Industri makanan dan minuman (mamin) menjadi salah satu penyumbang pertumbuhan ekonomi terbesar di luar sektor minyak dan gas (migas). Pertumbuhan industri pun diprediksi masih akan berlanjut dengan kondisi perekonomian dalam negeri yang mulai membaik.Menteri Perindustrian (Menperin) Airlangga Hartarto mengatakan, industri ini menjadi sektor yang strategis dan mempunyai prospek cerah untuk dikembangkan. Hal ini ditujukan denga laju pertumbuhan industri mamin pada kuartal III 2016 yang sebesar 9,82 persen. Bahkan, pertumbuhan industri mamin ini lebih tinggi dari total pertumbuhan industri pada periode yang sama yaitu sebesar 4,71 persen.
Ini Tantangan Industri Makanan dan Minuman | PT Bestprofit Futures Banjarmasin
Menperin Airlangga Hartarto mengatakan, industri makanan dan minuman mengalami pertumbuhan cukup pesat hingga kuartal III 2016, dengan pertumbuhan sebesar 9,82 persen.Angka tersebut melampaui pertumbuhan industri nasional sebesar 4,71 persen pada periode yang sama."Pertumbuhan ini disebabkan oleh meningkatnya pendapatan masyarakat, tumbuhnya populasi kelas menengah yang disertai kecenderungan pola konsumsi masyarakat yang mengarah untuk mengonsumsi produk-produk pangan olahan," ujar Airlangga.Dari data Kemenperin, industri makanan dan minuman juga menyumbang Produk Domestik Bruto (PDB) sebesar 33,6 persen pada kuartal III 2016.Sedangkan untuk nilai ekspor produk makanan dan minuman sepanjang 2016 mencapai 19 miliar dollar AS.
"Dapat dilihat dari perkembangan realisasi investasi sektor industri makanan sampai dengan kuartal III 2016 sebesar Rp 24 triliun untuk Penanaman Modal Dalam Negeri (PMDN) dan Penanaman Modal Asing (PMA) sebesar 1,6 miliar dollar AS," ungkapnya.
Memasuki tahun 2017 atau tahun Ayam Api dalam kalender Tionghoa, tantangan industri makanan dan minuman akan semakin beragam.Oleh sebab itu, pemerintah sedianya harus selalu mendukung industri ini agar tetap bertumbuh karena hingga kuartal III 2016 lalu industri ini tumbuh dengan pesat.Hal itu diungkapkan oleh Menteri Perindustrian (Menperin) Airlangga Hartarto dalam acara breakfast meeting industri makanan dan minuman di Kemenperin, Jakarta, Selasa (7/2/2017).
Apa saja tantangan bagi industri makanan dan minuman ke depan?Pertama, sertifikasi halal. "Ini merupakan tantangan, tapi jangan sampai industri ini mengalami hambatan," papar Airlangga.
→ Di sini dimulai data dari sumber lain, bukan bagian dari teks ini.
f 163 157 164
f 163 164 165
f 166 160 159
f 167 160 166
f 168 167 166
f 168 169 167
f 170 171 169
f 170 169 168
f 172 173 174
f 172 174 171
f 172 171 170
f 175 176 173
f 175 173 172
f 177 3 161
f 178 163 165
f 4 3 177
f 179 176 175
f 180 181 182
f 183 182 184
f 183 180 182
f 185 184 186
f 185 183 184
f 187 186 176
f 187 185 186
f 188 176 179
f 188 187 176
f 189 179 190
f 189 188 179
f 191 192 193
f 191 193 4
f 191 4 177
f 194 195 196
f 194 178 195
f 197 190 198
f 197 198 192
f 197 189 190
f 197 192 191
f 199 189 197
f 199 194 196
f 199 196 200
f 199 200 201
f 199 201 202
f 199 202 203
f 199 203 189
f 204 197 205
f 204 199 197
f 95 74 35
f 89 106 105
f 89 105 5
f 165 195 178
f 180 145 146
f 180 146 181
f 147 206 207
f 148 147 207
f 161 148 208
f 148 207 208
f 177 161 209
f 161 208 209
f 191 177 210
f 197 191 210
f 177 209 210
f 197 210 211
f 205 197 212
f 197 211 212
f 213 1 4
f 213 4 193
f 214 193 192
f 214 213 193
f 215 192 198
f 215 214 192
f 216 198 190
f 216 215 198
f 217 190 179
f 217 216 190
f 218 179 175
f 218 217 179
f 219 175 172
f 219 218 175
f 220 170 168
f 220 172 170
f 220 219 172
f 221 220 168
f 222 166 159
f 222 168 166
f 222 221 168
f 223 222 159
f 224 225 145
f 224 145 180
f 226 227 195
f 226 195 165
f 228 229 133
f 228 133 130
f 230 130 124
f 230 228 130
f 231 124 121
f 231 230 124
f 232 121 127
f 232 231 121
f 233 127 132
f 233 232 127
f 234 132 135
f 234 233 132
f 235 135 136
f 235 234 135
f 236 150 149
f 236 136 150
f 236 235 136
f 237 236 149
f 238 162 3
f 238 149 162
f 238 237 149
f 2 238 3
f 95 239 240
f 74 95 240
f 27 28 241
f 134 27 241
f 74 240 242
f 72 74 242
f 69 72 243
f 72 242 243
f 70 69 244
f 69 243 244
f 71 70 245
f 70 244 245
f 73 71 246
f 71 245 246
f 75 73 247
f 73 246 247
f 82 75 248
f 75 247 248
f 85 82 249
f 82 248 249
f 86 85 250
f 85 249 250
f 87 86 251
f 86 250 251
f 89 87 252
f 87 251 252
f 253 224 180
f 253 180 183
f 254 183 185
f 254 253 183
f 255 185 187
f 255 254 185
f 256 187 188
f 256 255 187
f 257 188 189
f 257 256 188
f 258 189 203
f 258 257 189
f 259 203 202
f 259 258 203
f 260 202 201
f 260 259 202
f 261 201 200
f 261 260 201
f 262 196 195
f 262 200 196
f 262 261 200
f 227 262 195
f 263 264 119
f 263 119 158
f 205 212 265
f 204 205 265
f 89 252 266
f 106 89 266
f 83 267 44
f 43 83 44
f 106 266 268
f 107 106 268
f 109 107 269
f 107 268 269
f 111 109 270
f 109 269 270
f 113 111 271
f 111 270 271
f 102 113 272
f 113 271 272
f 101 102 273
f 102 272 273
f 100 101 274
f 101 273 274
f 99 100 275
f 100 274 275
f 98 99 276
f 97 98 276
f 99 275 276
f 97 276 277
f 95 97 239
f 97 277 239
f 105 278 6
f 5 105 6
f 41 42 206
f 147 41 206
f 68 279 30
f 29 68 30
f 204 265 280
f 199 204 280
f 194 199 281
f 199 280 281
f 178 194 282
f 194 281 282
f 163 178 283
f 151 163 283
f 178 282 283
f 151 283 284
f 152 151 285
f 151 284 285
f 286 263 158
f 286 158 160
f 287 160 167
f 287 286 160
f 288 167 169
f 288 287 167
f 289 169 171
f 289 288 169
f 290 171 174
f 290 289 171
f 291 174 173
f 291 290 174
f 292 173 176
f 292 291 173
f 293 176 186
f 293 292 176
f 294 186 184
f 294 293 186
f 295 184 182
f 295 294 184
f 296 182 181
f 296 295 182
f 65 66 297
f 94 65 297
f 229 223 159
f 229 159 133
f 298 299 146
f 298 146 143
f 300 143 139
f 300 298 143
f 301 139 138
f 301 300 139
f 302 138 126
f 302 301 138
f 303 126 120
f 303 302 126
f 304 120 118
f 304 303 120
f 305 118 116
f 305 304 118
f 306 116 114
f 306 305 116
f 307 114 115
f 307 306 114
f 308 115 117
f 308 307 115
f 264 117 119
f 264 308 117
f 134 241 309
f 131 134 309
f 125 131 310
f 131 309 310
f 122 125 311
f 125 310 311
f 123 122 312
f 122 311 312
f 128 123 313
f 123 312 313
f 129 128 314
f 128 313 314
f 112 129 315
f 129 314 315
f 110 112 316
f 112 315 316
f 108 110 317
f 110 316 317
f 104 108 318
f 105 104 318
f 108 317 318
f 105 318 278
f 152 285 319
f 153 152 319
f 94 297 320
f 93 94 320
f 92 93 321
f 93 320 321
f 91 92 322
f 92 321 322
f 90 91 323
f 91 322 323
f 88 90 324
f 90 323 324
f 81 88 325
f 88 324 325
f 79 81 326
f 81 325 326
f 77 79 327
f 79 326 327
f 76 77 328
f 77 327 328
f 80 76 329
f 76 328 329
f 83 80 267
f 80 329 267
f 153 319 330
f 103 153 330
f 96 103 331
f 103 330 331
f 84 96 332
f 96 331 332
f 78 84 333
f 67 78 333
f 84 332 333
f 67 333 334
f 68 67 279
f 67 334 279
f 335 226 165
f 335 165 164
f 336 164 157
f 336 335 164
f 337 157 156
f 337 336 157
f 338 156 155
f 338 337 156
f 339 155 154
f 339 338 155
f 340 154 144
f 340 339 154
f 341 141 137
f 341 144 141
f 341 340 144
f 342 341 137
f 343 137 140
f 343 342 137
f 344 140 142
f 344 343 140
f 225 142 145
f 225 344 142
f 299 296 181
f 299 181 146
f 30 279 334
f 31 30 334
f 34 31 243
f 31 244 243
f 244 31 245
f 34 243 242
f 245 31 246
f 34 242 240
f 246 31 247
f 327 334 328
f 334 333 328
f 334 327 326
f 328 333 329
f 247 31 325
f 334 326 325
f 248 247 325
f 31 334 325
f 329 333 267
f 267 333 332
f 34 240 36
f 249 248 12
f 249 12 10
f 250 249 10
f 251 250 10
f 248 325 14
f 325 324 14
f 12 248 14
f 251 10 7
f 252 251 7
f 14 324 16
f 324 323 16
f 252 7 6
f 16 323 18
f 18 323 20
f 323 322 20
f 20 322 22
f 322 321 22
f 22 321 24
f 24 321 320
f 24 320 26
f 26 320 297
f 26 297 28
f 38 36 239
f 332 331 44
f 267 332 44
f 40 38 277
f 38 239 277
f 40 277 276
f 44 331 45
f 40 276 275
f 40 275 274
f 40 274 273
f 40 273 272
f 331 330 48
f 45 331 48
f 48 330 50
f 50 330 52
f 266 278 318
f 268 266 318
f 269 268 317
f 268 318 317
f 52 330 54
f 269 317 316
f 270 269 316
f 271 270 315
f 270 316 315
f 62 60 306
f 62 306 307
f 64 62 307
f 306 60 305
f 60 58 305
Kedua, selain sertifikasi halal, industri makanan dan minum juga menghadapi tantangan terkait kemasan produk yang ramah lingkungan."Salah satu juga yang menjadi konsen adalah mengenai packaging (kemasan) itu sendiri. Jadi ada kemasan yang ramah lingkungan dan yang tidak ramah lingkungan, tetapi bisa didaur ulang," lanjut dia.Jika melihat kemasan produk industri makan dan minuman di Indonesia saat ini terbagi-bagi dalam bahan kemasan yang berbeda-beda, yakni mulai dari plastik, kertas, dan kaleng.
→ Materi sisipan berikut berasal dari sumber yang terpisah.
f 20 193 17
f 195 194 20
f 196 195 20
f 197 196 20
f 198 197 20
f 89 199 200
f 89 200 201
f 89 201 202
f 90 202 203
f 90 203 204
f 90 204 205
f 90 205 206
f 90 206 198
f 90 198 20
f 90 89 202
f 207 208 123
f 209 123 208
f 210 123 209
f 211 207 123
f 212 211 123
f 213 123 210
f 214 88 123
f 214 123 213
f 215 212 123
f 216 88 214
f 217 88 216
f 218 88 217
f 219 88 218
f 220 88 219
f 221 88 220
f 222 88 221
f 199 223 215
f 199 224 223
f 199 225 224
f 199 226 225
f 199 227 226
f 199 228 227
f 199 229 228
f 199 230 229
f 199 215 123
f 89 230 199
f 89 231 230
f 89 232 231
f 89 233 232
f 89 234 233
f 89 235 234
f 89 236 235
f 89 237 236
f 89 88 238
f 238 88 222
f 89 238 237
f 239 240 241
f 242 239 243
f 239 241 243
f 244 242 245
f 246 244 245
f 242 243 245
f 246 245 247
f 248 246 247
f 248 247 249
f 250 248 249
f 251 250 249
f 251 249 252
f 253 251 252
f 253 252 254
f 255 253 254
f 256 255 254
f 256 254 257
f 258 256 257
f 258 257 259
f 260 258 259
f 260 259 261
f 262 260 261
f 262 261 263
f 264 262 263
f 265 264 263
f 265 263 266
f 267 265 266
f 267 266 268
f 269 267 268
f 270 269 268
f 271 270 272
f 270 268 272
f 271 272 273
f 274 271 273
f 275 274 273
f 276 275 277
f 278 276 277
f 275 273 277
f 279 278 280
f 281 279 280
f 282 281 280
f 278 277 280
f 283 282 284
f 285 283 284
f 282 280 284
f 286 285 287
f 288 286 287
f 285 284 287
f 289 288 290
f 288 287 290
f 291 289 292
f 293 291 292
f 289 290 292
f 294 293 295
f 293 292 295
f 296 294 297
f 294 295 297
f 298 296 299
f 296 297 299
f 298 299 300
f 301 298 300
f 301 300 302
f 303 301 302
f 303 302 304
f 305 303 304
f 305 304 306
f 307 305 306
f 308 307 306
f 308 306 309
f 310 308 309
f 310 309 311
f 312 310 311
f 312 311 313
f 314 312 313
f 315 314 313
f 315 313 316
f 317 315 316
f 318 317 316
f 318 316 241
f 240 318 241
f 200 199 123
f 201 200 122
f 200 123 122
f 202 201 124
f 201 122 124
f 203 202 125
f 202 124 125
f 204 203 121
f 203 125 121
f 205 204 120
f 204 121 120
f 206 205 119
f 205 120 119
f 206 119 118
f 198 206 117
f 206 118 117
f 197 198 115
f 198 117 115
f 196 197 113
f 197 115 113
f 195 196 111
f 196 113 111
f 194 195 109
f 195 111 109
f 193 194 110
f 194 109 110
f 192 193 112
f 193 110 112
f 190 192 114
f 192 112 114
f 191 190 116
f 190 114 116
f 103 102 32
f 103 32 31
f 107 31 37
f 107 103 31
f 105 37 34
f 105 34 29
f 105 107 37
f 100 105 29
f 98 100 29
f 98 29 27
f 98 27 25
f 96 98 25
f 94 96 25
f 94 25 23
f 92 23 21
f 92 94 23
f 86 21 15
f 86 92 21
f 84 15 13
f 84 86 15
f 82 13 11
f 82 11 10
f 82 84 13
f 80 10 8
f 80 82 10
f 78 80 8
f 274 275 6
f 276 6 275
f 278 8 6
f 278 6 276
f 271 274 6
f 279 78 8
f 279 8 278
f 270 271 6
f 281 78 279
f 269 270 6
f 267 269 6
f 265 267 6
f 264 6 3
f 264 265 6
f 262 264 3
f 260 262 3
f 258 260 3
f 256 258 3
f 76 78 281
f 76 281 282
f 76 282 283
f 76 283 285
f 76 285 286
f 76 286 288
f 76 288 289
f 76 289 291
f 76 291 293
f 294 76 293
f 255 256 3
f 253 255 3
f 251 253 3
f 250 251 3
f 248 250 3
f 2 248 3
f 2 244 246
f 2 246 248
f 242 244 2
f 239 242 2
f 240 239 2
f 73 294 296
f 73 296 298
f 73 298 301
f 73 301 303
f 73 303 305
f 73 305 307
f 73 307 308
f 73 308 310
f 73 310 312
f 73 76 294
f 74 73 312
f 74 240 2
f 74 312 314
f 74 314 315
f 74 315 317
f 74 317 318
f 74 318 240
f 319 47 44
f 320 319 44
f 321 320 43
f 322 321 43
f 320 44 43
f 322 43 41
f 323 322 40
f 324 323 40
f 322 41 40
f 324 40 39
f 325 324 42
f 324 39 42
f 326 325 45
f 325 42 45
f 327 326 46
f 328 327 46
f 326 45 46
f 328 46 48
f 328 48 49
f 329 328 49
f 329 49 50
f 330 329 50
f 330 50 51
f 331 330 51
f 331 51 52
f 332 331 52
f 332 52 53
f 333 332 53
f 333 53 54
Menurut dia, kalau pengelolaan sampah baik, maka hal itu akan memudahkan industri. Sayangnya, masyarakat Indonesia belum terbiasa melakukan pemisahan sampah dari tingkat konsumen. Sehingga, sampah plastik, alumunium, sampah kertas jadi satu."Padahal, kalau pemisahan sampah ini dilakukan, pasti pelaku industri dapat menyerap (daur ulang sampah)," ujar Airlangga.